Note that the estimated cost dropped because it can check a relevant index. Now let’s simplify the SQL statement to avoid index-scanning pk_audit_log, by removing the redundant outer query.

  engine=# EXPLAIN SELECT * FROM audit_log   WHERE  audit_log.vds_id = '78933a44-360c-11e1-8fec-2f707af25b44'  ORDER BY audit_log_id DESC OFFSET 0 LIMIT 100;
                                            QUERY PLAN                                           
  ------------------------------------------------------------------------------------------------
  Limit  (cost=`**`87.57..87.65`**` rows=31 width=826)

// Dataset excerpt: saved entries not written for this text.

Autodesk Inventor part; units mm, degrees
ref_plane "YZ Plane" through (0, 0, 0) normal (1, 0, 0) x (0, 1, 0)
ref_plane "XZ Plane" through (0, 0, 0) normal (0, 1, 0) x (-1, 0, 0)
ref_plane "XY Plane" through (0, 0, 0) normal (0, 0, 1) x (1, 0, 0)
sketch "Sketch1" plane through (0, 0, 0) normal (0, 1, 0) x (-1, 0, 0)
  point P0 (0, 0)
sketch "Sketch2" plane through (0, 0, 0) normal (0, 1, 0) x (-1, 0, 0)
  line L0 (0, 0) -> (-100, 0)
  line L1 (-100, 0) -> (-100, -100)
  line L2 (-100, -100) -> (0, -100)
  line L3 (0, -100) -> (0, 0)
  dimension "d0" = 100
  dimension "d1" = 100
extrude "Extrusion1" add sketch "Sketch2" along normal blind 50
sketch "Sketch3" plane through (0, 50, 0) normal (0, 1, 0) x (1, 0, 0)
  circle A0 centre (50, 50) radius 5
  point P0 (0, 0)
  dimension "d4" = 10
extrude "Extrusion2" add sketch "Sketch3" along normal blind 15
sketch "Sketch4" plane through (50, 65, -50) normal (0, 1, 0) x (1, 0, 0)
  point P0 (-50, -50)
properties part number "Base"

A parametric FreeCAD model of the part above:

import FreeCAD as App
import Part
import Sketcher

V = App.Vector
Q = App.Units.Quantity

doc = App.newDocument("Part")
body = doc.addObject("PartDesign::Body", "Body")

sketch1 = body.newObject("Sketcher::SketchObject", "Sketch")
sketch1.AttachmentSupport = (doc.getObject("XZ_Plane"), [""])
sketch1.MapMode = "FlatFace"
sketch1.addGeometry([
    Part.LineSegment(V(0, -100, 0), V(0, 0, 0)),
    Part.LineSegment(V(0, 0, 0), V(100, 0, 0)),
    Part.LineSegment(V(100, 0, 0), V(100, -100, 0)),
    Part.LineSegment(V(100, -100, 0), V(0, -100, 0)),
], False)
sketch1.addConstraint([
    Sketcher.Constraint("Coincident", 0, 2, 1, 1),
    Sketcher.Constraint("Coincident", 1, 2, 2, 1),
    Sketcher.Constraint("Coincident", 2, 2, 3, 1),
    Sketcher.Constraint("Coincident", 3, 2, 0, 1),
    Sketcher.Constraint("Vertical", 0),
    Sketcher.Constraint("Horizontal", 1),
    Sketcher.Constraint("Vertical", 2),
    Sketcher.Constraint("Horizontal", 3),
    Sketcher.Constraint("Coincident", 0, 2, -1, 1),
    Sketcher.Constraint("Equal", 3, 0),
    Sketcher.Constraint("DistanceX", 1, 1, 1, 2, Q("100 mm")),
])
pad1 = body.newObject("PartDesign::Pad", "Pad")
pad1.Profile = sketch1
pad1.Length = 50
pad1.Reversed = True

sketch2 = body.newObject("Sketcher::SketchObject", "Sketch001")
sketch2.AttachmentSupport = (doc.getObject("XZ_Plane"), [""])
sketch2.MapMode = "FlatFace"
sketch2.AttachmentOffset = App.Placement(V(0, 0, -50), App.Rotation())
sketch2.addGeometry(Part.Circle(V(50, -50, 0), V(0, 0, 1), 5), False)
sketch2.addConstraint([
    Sketcher.Constraint("Diameter", 0, Q("10 mm")),
    Sketcher.Constraint("DistanceX", -1, 1, 0, 3, Q("50 mm")),
    Sketcher.Constraint("DistanceY", 0, 3, -1, 1, Q("50 mm")),
])
pad2 = body.newObject("PartDesign::Pad", "Pad001")
pad2.Profile = sketch2
pad2.Length = 15
pad2.Reversed = True

doc.recompute()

    ->  Sort  (cost=87.57..87.65 rows=31 width=826)
          Sort Key: audit_log_id
          ->  Bitmap Heap Scan on audit_log  (cost=4.49..86.80 rows=31 width=826)

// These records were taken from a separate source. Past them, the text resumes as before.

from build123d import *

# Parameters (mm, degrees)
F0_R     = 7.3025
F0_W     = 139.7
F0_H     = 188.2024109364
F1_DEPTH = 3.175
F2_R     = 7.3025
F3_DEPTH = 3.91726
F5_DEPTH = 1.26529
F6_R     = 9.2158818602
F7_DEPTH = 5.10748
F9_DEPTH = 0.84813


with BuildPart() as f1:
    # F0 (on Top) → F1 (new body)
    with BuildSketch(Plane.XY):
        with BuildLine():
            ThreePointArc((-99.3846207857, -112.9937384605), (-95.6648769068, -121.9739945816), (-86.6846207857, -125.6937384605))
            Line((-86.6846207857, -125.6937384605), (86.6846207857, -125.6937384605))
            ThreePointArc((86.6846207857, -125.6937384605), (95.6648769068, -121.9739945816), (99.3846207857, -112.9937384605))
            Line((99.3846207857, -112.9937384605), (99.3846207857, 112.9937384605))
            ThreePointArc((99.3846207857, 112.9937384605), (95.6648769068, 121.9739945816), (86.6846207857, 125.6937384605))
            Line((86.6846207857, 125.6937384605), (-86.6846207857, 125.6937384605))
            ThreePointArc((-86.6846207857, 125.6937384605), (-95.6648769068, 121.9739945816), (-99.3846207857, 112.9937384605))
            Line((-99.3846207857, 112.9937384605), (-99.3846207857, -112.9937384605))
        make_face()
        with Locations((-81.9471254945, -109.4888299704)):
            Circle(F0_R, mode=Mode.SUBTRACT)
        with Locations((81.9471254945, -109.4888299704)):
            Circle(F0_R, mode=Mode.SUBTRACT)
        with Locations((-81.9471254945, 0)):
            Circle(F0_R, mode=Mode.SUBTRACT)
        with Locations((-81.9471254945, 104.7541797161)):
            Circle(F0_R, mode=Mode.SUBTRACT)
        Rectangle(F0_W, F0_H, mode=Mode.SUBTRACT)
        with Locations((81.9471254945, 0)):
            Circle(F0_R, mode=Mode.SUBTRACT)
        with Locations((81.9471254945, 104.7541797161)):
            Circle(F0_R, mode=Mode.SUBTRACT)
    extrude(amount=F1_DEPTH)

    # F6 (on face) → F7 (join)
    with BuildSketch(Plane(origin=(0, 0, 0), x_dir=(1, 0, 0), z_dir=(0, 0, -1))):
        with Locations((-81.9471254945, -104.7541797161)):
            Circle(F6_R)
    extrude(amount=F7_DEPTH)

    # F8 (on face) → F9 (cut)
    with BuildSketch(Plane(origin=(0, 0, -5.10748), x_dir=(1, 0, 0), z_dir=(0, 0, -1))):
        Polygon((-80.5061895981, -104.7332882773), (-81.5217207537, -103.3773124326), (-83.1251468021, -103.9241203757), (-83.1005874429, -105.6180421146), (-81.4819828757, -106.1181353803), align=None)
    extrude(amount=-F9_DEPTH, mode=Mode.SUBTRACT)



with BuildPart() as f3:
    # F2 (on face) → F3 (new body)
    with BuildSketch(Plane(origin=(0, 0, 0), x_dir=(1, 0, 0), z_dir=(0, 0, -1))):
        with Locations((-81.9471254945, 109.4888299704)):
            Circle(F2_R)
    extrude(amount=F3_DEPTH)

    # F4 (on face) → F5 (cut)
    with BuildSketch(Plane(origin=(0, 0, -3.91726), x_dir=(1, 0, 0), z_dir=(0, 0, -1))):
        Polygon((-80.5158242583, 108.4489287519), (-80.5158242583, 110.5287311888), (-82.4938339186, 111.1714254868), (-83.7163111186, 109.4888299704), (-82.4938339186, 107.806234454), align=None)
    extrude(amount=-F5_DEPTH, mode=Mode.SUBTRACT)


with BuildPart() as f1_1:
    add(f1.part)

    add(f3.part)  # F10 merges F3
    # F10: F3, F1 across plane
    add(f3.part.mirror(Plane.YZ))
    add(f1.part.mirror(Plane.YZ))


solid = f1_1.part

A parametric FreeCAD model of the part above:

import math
import FreeCAD as App
import Part
import Sketcher
Q = App.Units.Quantity


def add_polygon(sketch, points):
    """Adds a closed chain of lines whose ends are joined by coincident constraints."""
    first, n = sketch.GeometryCount, len(points)
    for a, b in zip(points, points[1:] + points[:1]):
        sketch.addGeometry(Part.LineSegment(App.Vector(*a, 0), App.Vector(*b, 0)), False)
    for i in range(n):
        sketch.addConstraint(Sketcher.Constraint("Coincident", first + i, 2, first + (i + 1) % n, 1))

doc = App.newDocument("Part")
body = doc.addObject("PartDesign::Body", "Body")

# Sketch on XY plane
sketch1 = body.newObject("Sketcher::SketchObject", "Sketch")
sketch1.AttachmentSupport = (doc.getObject("XY_Plane"), [""])
sketch1.MapMode = "FlatFace"
sketch1.addGeometry(Part.ArcOfCircle(Part.Circle(App.Vector(-86.684621, -112.993738, 0), App.Vector(0, 0, 1), 12.7), math.radians(180), math.radians(270)), False)  # 0
sketch1.addGeometry(Part.LineSegment(App.Vector(-86.684621, -125.693738, 0), App.Vector(86.684621, -125.693738, 0)), False)  # 1
sketch1.addGeometry(Part.ArcOfCircle(Part.Circle(App.Vector(86.684621, -112.993738, 0), App.Vector(0, 0, 1), 12.7), math.radians(-90), math.radians(0)), False)  # 2
sketch1.addGeometry(Part.LineSegment(App.Vector(99.384621, -112.993738, 0), App.Vector(99.384621, 112.993738, 0)), False)  # 3
sketch1.addGeometry(Part.ArcOfCircle(Part.Circle(App.Vector(86.684621, 112.993738, 0), App.Vector(0, 0, 1), 12.7), math.radians(0), math.radians(90)), False)  # 4
sketch1.addGeometry(Part.LineSegment(App.Vector(86.684621, 125.693738, 0), App.Vector(-86.684621, 125.693738, 0)), False)  # 5
sketch1.addGeometry(Part.ArcOfCircle(Part.Circle(App.Vector(-86.684621, 112.993738, 0), App.Vector(0, 0, 1), 12.7), math.radians(90), math.radians(180)), False)  # 6
sketch1.addGeometry(Part.LineSegment(App.Vector(-99.384621, 112.993738, 0), App.Vector(-99.384621, -112.993738, 0)), False)  # 7
sketch1.addGeometry(Part.Circle(App.Vector(-81.947125, -109.48883, 0), App.Vector(0, 0, 1), 7.3025), False)  # 8
sketch1.addGeometry(Part.Circle(App.Vector(81.947125, -109.48883, 0), App.Vector(0, 0, 1), 7.3025), False)  # 9
sketch1.addGeometry(Part.Circle(App.Vector(-81.947125, 0, 0), App.Vector(0, 0, 1), 7.3025), False)  # 10
sketch1.addGeometry(Part.Circle(App.Vector(-81.947125, 104.75418, 0), App.Vector(0, 0, 1), 7.3025), False)  # 11
add_polygon(sketch1, [(69.85, -94.101205), (-69.85, -94.101205), (-69.85, 94.101205), (69.85, 94.101205)])  # lines 12-15
sketch1.addGeometry(Part.Circle(App.Vector(81.947125, 0, 0), App.Vector(0, 0, 1), 7.3025), False)  # 16
sketch1.addGeometry(Part.Circle(App.Vector(81.947125, 104.75418, 0), App.Vector(0, 0, 1), 7.3025), False)  # 17
sketch1.addConstraint(Sketcher.Constraint("Tangent", 0, 2, 1, 1))
sketch1.addConstraint(Sketcher.Constraint("Tangent", 1, 2, 2, 1))
sketch1.addConstraint(Sketcher.Constraint("Tangent", 2, 2, 3, 1))
sketch1.addConstraint(Sketcher.Constraint("Tangent", 3, 2, 4, 1))
sketch1.addConstraint(Sketcher.Constraint("Tangent", 4, 2, 5, 1))
sketch1.addConstraint(Sketcher.Constraint("Tangent", 5, 2, 6, 1))
sketch1.addConstraint(Sketcher.Constraint("Tangent", 6, 2, 7, 1))
sketch1.addConstraint(Sketcher.Constraint("Tangent", 7, 2, 0, 1))
sketch1.addConstraint(Sketcher.Constraint("Horizontal", 1))
sketch1.addConstraint(Sketcher.Constraint("Vertical", 3))
sketch1.addConstraint(Sketcher.Constraint("Horizontal", 5))
sketch1.addConstraint(Sketcher.Constraint("Vertical", 7))
sketch1.addConstraint(Sketcher.Constraint("Horizontal", 12))
sketch1.addConstraint(Sketcher.Constraint("Vertical", 13))
sketch1.addConstraint(Sketcher.Constraint("Horizontal", 14))
sketch1.addConstraint(Sketcher.Constraint("Vertical", 15))
sketch1.addConstraint(Sketcher.Constraint("Equal", 0, 2))
sketch1.addConstraint(Sketcher.Constraint("Equal", 2, 4))
sketch1.addConstraint(Sketcher.Constraint("Equal", 4, 6))
sketch1.addConstraint(Sketcher.Constraint("Equal", 8, 9))
sketch1.addConstraint(Sketcher.Constraint("Equal", 9, 10))
sketch1.addConstraint(Sketcher.Constraint("Equal", 10, 11))
sketch1.addConstraint(Sketcher.Constraint("Equal", 11, 16))
sketch1.addConstraint(Sketcher.Constraint("Equal", 16, 17))
sketch1.addConstraint(Sketcher.Constraint("Symmetric", 0, 3, 4, 3, -1, 1))
sketch1.addConstraint(Sketcher.Constraint("Symmetric", 10, 3, 16, 3, -1, 1))
sketch1.addConstraint(Sketcher.Constraint("Symmetric", 12, 2, 14, 2, -1, 1))
sketch1.addConstraint(Sketcher.Constraint("Symmetric", 8, 3, 9, 3, -2))
sketch1.addConstraint(Sketcher.Constraint("Symmetric", 11, 3, 17, 3, -2))
sketch1.addConstraint(Sketcher.Constraint("PointOnObject", 10, 3, -1))
sketch1.addConstraint(Sketcher.Constraint("Vertical", 8, 3, 10, 3))
sketch1.addConstraint(Sketcher.Constraint("Vertical", 10, 3, 11, 3))
sketch1.addConstraint(Sketcher.Constraint("Radius", 0, Q("0.5 in")))
sketch1.addConstraint(Sketcher.Constraint("Diameter", 8, Q("0.575 in")))
sketch1.addConstraint(Sketcher.Constraint("DistanceX", 12, 2, 12, 1, Q("5.5 in")))
sketch1.addConstraint(Sketcher.Constraint("DistanceX", 1, 1, 1, 2, Q("173.369242 mm")))
sketch1.addConstraint(Sketcher.Constraint("DistanceY", 13, 1, 13, 2, Q("188.202411 mm")))
sketch1.addConstraint(Sketcher.Constraint("DistanceY", 3, 1, 3, 2, Q("225.987477 mm")))
sketch1.addConstraint(Sketcher.Constraint("DistanceY", 8, 3, -1, 1, Q("109.48883 mm")))
sketch1.addConstraint(Sketcher.Constraint("DistanceY", -1, 1, 11, 3, Q("104.75418 mm")))
sketch1.addConstraint(Sketcher.Constraint("DistanceX", 8, 3, 9, 3, Q("163.894251 mm")))
pad1 = body.newObject("PartDesign::Pad", "Pad")
pad1.Profile = sketch1
pad1.Length = Q("0.125 in")

# Sketch on XY plane
sketch2 = body.newObject("Sketcher::SketchObject", "Sketch001")
sketch2.AttachmentSupport = (doc.getObject("XY_Plane"), [""])
sketch2.MapMode = "FlatFace"
sketch2.addGeometry(Part.Circle(App.Vector(-81.947125, 104.75418, 0), App.Vector(0, 0, 1), 9.215882), False)
sketch2.addConstraint(Sketcher.Constraint("Diameter", 0, Q("18.431764 mm")))
sketch2.addConstraint(Sketcher.Constraint("DistanceY", -1, 1, 0, 3, Q("104.75418 mm")))
sketch2.addConstraint(Sketcher.Constraint("DistanceX", 0, 3, -1, 1, Q("81.947125 mm")))
pad2 = body.newObject("PartDesign::Pad", "Pad001")
pad2.Profile = sketch2
pad2.Length = 5.10748
pad2.Reversed = True

# Sketch on XY plane
sketch3 = body.newObject("Sketcher::SketchObject", "Sketch002")
sketch3.AttachmentSupport = (doc.getObject("XY_Plane"), [""])
sketch3.MapMode = "FlatFace"
sketch3.AttachmentOffset = App.Placement(App.Vector(0, 0, -5.10748), App.Rotation())
add_polygon(sketch3, [(-80.50619, 104.733288), (-81.521721, 103.377312), (-83.125147, 103.92412), (-83.100587, 105.618042), (-81.481983, 106.118135)])  # lines 0-4
sketch3.addConstraint(Sketcher.Constraint("Equal", 0, 1))
sketch3.addConstraint(Sketcher.Constraint("Equal", 1, 2))
sketch3.addConstraint(Sketcher.Constraint("Equal", 2, 3))
sketch3.addConstraint(Sketcher.Constraint("Equal", 3, 4))
sketch3.addConstraint(Sketcher.Constraint("Distance", 0, Q("1.6941 mm")))
sketch3.addConstraint(Sketcher.Constraint("DistanceX", 0, 2, -1, 1, Q("81.521721 mm")))
sketch3.addConstraint(Sketcher.Constraint("DistanceY", -1, 1, 1, 2, Q("103.92412 mm")))
sketch3.addConstraint(Sketcher.Constraint("DistanceX", 4, 2, -1, 1, Q("80.50619 mm")))
sketch3.addConstraint(Sketcher.Constraint("DistanceY", -1, 1, 4, 2, Q("104.733288 mm")))
sketch3.addConstraint(Sketcher.Constraint("DistanceX", 1, 2, 2, 2, Q("0.024559 mm")))
pocket1 = body.newObject("PartDesign::Pocket", "Pocket")
pocket1.Profile = sketch3
pocket1.Length = 0.84813
pocket1.Reversed = True
body2 = doc.addObject("PartDesign::Body", "Body001")

# Sketch on XY plane
sketch4 = body2.newObject("Sketcher::SketchObject", "Sketch003")
sketch4.AttachmentSupport = (doc.getObject("XY_Plane001"), [""])
sketch4.MapMode = "FlatFace"
sketch4.addGeometry(Part.Circle(App.Vector(-81.947125, -109.48883, 0), App.Vector(0, 0, 1), 7.3025), False)
sketch4.addConstraint(Sketcher.Constraint("Diameter", 0, Q("0.575 in")))
sketch4.addConstraint(Sketcher.Constraint("DistanceY", 0, 3, -1, 1, Q("109.48883 mm")))
sketch4.addConstraint(Sketcher.Constraint("DistanceX", 0, 3, -1, 1, Q("81.947125 mm")))
pad3 = body2.newObject("PartDesign::Pad", "Pad002")
pad3.Profile = sketch4
pad3.Length = 3.91726
pad3.Reversed = True

# Sketch on XY plane
sketch5 = body2.newObject("Sketcher::SketchObject", "Sketch004")
sketch5.AttachmentSupport = (doc.getObject("XY_Plane001"), [""])
sketch5.MapMode = "FlatFace"
sketch5.AttachmentOffset = App.Placement(App.Vector(0, 0, -3.91726), App.Rotation())
add_polygon(sketch5, [(-80.515824, -108.448929), (-80.515824, -110.528731), (-82.493834, -111.171425), (-83.716311, -109.48883), (-82.493834, -107.806234)])  # lines 0-4
sketch5.addConstraint(Sketcher.Constraint("Vertical", 0))
sketch5.addConstraint(Sketcher.Constraint("Vertical", 1, 2, 3, 2))
sketch5.addConstraint(Sketcher.Constraint("Equal", 1, 2))
sketch5.addConstraint(Sketcher.Constraint("Equal", 2, 3))
sketch5.addConstraint(Sketcher.Constraint("Equal", 3, 4))
sketch5.addConstraint(Sketcher.Constraint("Angle", 1, Q("-162 deg")))
sketch5.addConstraint(Sketcher.Constraint("Angle", 2, Q("126 deg")))
sketch5.addConstraint(Sketcher.Constraint("DistanceY", 0, 2, 2, 2, Q("1.039901 mm")))
sketch5.addConstraint(Sketcher.Constraint("DistanceY", 0, 2, -1, 1, Q("110.528731 mm")))
sketch5.addConstraint(Sketcher.Constraint("DistanceX", 2, 2, -1, 1, Q("83.716311 mm")))
pocket2 = body2.newObject("PartDesign::Pocket", "Pocket001")
pocket2.Profile = sketch5
pocket2.Length = 1.26529
pocket2.Reversed = True
body3 = doc.addObject("PartDesign::Body", "Body002")
body3.AllowCompound = True
doc.recompute()

body3.BaseFeature = body
doc.recompute()

body4 = doc.addObject("PartDesign::Body", "Body003")
body4.BaseFeature = body2
boolean = body3.newObject("PartDesign::Boolean", "Boolean")
boolean.Type = "Fuse"
boolean.addObjects([body4])
doc.recompute()

mirroring = doc.addObject("Part::Mirroring", "Mirroring")
mirroring.Source = body2
mirroring.Base = App.Vector(0, 0, 0)
mirroring.Normal = App.Vector(1, 0, 0)
body5 = doc.addObject("PartDesign::Body", "Body004")
body5.BaseFeature = mirroring
boolean2 = body3.newObject("PartDesign::Boolean", "Boolean001")
boolean2.Type = "Fuse"
boolean2.addObjects([body5])
doc.recompute()

mirroring2 = doc.addObject("Part::Mirroring", "Mirroring001")
mirroring2.Source = body
mirroring2.Base = App.Vector(0, 0, 0)
mirroring2.Normal = App.Vector(1, 0, 0)
body6 = doc.addObject("PartDesign::Body", "Body005")
body6.BaseFeature = mirroring2
boolean3 = body3.newObject("PartDesign::Boolean", "Boolean002")
boolean3.Type = "Fuse"
boolean3.addObjects([body6])
doc.recompute()
mirroring.Visibility = False
mirroring2.Visibility = False

doc.recompute()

                Recheck Cond: (vds_id = '78933a44-360c-11e1-8fec-2f707af25b44'::uuid)
                ->  Bitmap Index Scan on idx_audit_log_vds_id  (cost=0.00..4.48 rows=31 width=0)
                      Index Cond: (vds_id = '78933a44-360c-11e1-8fec-2f707af25b44'::uuid)

(7 rows)

This refactoring dropped query cost estimation from ~500 to less than 100, therefore this simplification in the searchbackend could give results faster and generate less load on the database server.